DIRECTIONS
Using the listing below, copy exactly the lines from the one containing "v 40.467 28.022 -72.489" to the one containing "v 35 120 -71.16", both lines included, and no others.

GIVEN RECORDS
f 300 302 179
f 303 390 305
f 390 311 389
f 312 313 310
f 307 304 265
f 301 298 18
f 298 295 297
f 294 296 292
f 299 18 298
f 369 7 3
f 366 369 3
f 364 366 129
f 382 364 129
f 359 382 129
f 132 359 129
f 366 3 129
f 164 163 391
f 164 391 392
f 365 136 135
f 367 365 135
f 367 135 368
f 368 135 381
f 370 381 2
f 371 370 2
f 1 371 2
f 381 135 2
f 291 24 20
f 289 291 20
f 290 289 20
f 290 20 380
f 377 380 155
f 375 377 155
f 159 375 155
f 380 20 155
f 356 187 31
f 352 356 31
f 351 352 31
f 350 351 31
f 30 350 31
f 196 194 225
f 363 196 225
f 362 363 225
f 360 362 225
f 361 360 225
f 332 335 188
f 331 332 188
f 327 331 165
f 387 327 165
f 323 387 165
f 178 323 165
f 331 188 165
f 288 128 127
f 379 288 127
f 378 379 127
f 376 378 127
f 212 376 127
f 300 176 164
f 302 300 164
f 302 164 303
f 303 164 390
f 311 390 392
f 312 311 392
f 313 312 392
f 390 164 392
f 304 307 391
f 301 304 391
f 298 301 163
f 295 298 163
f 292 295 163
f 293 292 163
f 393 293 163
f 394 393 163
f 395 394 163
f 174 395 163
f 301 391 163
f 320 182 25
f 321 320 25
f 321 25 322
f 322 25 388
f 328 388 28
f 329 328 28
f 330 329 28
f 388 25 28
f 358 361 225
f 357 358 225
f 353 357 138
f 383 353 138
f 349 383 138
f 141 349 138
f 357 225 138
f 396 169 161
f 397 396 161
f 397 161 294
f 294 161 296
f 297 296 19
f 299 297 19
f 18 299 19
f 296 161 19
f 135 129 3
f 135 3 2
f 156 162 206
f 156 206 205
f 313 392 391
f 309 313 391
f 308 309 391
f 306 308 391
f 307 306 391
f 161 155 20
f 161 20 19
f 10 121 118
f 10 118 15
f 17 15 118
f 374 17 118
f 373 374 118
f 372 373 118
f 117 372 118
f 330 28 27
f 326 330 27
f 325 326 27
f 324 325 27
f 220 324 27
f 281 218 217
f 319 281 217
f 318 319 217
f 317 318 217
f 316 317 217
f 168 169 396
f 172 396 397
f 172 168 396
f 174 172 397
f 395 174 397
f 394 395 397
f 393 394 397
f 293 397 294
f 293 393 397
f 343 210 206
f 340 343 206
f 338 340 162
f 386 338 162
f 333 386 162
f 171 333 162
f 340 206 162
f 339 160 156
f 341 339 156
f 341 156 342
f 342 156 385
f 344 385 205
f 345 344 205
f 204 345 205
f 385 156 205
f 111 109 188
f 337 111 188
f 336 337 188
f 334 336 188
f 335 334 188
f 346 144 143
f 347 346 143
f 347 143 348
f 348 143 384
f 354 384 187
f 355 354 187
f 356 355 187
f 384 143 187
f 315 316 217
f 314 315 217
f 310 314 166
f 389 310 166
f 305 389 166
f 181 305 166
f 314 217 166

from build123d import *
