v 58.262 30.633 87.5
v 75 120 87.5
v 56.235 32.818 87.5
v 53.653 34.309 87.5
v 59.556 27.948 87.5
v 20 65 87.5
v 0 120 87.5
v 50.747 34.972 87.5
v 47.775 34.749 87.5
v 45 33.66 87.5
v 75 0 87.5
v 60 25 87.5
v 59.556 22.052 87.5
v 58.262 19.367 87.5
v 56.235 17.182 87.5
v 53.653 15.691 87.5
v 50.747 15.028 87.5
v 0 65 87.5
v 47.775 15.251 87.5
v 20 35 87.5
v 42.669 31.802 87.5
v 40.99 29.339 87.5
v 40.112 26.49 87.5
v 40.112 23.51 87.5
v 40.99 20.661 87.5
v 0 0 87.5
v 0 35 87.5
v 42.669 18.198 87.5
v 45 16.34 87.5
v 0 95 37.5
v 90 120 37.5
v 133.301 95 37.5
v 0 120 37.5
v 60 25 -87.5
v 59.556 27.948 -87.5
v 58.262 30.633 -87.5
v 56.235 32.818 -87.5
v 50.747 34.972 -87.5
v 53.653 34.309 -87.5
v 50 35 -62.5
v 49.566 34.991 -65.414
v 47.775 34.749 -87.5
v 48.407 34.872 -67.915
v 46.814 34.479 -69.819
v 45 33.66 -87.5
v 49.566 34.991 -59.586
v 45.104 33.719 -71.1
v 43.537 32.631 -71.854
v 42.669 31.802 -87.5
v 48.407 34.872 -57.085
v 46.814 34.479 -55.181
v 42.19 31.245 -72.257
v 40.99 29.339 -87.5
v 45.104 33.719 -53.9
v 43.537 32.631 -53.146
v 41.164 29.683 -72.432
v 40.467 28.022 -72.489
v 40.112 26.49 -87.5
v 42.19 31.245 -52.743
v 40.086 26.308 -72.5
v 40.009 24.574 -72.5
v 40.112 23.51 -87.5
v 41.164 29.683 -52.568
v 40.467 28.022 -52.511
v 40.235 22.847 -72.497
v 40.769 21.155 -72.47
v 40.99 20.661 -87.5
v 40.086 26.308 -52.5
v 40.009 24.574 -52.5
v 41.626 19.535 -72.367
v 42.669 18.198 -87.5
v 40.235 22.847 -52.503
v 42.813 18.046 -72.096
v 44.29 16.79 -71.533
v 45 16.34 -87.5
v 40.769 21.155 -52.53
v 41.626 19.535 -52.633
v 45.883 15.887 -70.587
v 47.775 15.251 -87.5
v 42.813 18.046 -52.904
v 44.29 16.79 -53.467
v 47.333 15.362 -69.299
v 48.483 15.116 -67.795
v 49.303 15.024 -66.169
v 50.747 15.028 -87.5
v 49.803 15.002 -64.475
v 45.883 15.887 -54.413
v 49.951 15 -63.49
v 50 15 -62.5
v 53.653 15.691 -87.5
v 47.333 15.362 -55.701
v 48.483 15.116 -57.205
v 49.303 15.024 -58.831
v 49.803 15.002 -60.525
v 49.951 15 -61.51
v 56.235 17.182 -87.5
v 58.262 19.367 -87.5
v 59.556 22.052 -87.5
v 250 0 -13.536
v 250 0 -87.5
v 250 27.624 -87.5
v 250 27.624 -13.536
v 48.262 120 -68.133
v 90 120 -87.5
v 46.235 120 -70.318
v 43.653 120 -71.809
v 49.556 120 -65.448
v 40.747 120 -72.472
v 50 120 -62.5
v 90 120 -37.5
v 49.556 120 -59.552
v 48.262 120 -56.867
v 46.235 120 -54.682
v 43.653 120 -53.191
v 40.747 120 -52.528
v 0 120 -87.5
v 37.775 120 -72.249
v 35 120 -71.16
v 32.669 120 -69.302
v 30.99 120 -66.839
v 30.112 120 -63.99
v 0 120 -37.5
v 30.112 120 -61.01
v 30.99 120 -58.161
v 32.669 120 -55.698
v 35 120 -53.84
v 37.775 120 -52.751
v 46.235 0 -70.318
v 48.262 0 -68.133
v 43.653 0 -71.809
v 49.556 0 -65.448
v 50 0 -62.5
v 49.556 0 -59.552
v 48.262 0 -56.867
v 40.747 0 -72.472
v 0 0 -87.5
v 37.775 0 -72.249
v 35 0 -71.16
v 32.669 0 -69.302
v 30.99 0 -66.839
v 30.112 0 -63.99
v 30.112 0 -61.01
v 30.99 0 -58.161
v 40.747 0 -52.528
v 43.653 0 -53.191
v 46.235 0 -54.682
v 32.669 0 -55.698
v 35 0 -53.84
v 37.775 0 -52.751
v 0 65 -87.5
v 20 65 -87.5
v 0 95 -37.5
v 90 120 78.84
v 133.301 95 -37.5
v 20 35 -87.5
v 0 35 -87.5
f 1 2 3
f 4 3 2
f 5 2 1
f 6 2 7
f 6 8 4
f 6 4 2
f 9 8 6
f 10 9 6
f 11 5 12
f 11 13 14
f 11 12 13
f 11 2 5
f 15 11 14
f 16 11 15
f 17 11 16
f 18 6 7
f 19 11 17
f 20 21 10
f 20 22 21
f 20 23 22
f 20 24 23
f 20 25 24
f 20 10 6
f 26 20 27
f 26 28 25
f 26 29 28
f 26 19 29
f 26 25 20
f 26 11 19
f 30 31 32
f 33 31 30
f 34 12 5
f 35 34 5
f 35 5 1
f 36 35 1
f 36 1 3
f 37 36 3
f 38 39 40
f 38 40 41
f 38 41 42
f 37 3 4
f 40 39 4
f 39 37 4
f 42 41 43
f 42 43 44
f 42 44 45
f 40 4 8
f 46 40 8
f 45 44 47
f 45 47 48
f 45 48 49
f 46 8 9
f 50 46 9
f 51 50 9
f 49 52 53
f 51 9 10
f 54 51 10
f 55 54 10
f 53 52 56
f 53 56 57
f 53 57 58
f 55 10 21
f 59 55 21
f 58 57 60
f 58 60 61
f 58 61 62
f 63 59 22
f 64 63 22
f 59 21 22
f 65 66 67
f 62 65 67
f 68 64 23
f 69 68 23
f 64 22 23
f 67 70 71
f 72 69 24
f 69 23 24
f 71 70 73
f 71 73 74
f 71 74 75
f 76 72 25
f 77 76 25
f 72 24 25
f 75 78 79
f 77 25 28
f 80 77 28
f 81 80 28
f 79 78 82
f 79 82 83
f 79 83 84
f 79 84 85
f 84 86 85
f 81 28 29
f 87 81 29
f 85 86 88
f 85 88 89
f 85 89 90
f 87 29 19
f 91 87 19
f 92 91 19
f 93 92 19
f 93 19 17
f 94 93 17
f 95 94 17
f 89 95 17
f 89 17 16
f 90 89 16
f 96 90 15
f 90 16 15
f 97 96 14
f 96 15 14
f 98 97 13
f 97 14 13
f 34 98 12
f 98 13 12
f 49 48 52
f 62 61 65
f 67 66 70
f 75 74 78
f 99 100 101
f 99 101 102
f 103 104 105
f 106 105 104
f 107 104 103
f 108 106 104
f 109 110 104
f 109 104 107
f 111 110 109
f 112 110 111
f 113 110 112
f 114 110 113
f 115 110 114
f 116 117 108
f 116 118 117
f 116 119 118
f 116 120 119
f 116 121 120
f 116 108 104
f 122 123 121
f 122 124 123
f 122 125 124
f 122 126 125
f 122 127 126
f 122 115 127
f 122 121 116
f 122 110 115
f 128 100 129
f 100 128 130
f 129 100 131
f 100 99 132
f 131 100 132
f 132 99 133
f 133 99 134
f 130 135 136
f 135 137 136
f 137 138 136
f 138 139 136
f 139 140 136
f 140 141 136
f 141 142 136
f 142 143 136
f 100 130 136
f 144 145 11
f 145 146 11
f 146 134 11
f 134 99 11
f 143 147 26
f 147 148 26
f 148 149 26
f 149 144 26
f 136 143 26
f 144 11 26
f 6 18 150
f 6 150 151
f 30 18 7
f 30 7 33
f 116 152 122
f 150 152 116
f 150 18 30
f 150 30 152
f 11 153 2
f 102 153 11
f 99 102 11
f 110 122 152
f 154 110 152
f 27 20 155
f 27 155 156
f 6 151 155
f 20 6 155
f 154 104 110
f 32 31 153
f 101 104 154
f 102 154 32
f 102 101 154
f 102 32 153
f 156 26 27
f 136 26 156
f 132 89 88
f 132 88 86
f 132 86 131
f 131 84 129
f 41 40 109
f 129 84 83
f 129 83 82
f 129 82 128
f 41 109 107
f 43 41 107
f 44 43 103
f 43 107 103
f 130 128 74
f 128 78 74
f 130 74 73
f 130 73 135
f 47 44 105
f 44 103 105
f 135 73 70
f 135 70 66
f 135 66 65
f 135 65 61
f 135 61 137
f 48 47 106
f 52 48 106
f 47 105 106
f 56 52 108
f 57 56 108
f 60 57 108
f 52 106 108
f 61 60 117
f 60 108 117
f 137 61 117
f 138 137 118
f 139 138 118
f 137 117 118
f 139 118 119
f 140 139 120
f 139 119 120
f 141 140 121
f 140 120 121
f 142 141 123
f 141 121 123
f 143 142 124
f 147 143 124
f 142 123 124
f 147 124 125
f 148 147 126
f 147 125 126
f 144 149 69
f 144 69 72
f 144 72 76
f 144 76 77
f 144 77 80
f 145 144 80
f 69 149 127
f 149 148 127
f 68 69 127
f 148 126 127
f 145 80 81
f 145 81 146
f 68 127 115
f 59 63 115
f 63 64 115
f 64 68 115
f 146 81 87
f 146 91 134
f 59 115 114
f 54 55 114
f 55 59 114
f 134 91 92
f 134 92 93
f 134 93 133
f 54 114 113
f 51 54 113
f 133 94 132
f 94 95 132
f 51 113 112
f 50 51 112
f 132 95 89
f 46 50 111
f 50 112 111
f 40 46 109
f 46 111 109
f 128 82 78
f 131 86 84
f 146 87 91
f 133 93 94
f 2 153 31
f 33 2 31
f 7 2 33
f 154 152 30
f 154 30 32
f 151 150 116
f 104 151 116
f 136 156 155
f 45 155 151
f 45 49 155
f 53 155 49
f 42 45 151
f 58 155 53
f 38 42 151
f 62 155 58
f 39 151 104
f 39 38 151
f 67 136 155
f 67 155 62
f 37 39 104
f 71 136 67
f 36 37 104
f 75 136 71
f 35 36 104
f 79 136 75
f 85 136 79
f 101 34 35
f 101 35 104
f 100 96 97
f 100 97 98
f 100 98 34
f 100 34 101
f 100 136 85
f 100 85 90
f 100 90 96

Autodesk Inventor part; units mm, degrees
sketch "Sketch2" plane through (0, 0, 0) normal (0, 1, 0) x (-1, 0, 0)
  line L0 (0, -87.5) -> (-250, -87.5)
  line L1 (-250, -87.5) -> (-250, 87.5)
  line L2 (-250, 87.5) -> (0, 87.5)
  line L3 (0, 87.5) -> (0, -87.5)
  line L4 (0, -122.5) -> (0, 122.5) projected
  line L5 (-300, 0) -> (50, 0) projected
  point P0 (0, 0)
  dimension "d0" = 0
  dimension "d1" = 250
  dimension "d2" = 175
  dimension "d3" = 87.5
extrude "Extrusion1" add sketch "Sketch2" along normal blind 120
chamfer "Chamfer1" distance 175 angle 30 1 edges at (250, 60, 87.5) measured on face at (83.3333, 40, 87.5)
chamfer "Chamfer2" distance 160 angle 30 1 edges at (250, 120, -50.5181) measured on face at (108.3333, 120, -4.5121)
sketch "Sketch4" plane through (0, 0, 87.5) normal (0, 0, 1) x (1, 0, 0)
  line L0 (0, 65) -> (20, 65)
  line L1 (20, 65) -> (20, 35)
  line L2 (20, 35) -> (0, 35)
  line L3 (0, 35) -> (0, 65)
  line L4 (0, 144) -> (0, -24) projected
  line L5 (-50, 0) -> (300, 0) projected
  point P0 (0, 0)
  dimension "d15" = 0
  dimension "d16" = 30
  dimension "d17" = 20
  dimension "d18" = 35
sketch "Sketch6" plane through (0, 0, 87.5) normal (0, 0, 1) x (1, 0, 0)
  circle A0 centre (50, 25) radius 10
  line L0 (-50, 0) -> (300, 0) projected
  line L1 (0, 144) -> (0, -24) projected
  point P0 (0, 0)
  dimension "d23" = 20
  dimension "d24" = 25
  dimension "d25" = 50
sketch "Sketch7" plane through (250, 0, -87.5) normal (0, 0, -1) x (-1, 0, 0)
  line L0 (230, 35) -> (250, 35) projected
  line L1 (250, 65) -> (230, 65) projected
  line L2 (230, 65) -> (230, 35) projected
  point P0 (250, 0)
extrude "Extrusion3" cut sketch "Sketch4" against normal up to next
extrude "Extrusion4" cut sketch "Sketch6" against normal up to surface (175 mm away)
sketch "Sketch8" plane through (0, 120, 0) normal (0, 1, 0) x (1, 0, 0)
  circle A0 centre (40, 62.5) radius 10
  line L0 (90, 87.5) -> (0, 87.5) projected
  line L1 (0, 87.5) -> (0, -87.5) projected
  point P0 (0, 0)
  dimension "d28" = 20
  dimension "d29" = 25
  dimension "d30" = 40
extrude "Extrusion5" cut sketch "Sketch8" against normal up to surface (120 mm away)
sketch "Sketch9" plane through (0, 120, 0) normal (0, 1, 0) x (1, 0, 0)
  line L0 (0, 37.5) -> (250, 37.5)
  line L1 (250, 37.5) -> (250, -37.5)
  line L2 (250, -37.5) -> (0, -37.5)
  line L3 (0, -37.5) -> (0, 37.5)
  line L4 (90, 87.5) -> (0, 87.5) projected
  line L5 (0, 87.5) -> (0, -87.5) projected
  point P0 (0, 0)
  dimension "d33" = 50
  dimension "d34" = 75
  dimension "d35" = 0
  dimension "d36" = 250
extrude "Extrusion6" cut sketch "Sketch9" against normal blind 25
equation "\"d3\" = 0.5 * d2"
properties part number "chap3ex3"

RESULT
v 40.467 28.022 -72.489
v 40.112 26.49 -87.5
v 42.19 31.245 -52.743
v 40.086 26.308 -72.5
v 40.009 24.574 -72.5
v 40.112 23.51 -87.5
v 41.164 29.683 -52.568
v 40.467 28.022 -52.511
v 40.235 22.847 -72.497
v 40.769 21.155 -72.47
v 40.99 20.661 -87.5
v 40.086 26.308 -52.5
v 40.009 24.574 -52.5
v 41.626 19.535 -72.367
v 42.669 18.198 -87.5
v 40.235 22.847 -52.503
v 42.813 18.046 -72.096
v 44.29 16.79 -71.533
v 45 16.34 -87.5
v 40.769 21.155 -52.53
v 41.626 19.535 -52.633
v 45.883 15.887 -70.587
v 47.775 15.251 -87.5
v 42.813 18.046 -52.904
v 44.29 16.79 -53.467
v 47.333 15.362 -69.299
v 48.483 15.116 -67.795
v 49.303 15.024 -66.169
v 50.747 15.028 -87.5
v 49.803 15.002 -64.475
v 45.883 15.887 -54.413
v 49.951 15 -63.49
v 50 15 -62.5
v 53.653 15.691 -87.5
v 47.333 15.362 -55.701
v 48.483 15.116 -57.205
v 49.303 15.024 -58.831
v 49.803 15.002 -60.525
v 49.951 15 -61.51
v 56.235 17.182 -87.5
v 58.262 19.367 -87.5
v 59.556 22.052 -87.5
v 250 0 -13.536
v 250 0 -87.5
v 250 27.624 -87.5
v 250 27.624 -13.536
v 48.262 120 -68.133
v 90 120 -87.5
v 46.235 120 -70.318
v 43.653 120 -71.809
v 49.556 120 -65.448
v 40.747 120 -72.472
v 50 120 -62.5
v 90 120 -37.5
v 49.556 120 -59.552
v 48.262 120 -56.867
v 46.235 120 -54.682
v 43.653 120 -53.191
v 40.747 120 -52.528
v 0 120 -87.5
v 37.775 120 -72.249
v 35 120 -71.16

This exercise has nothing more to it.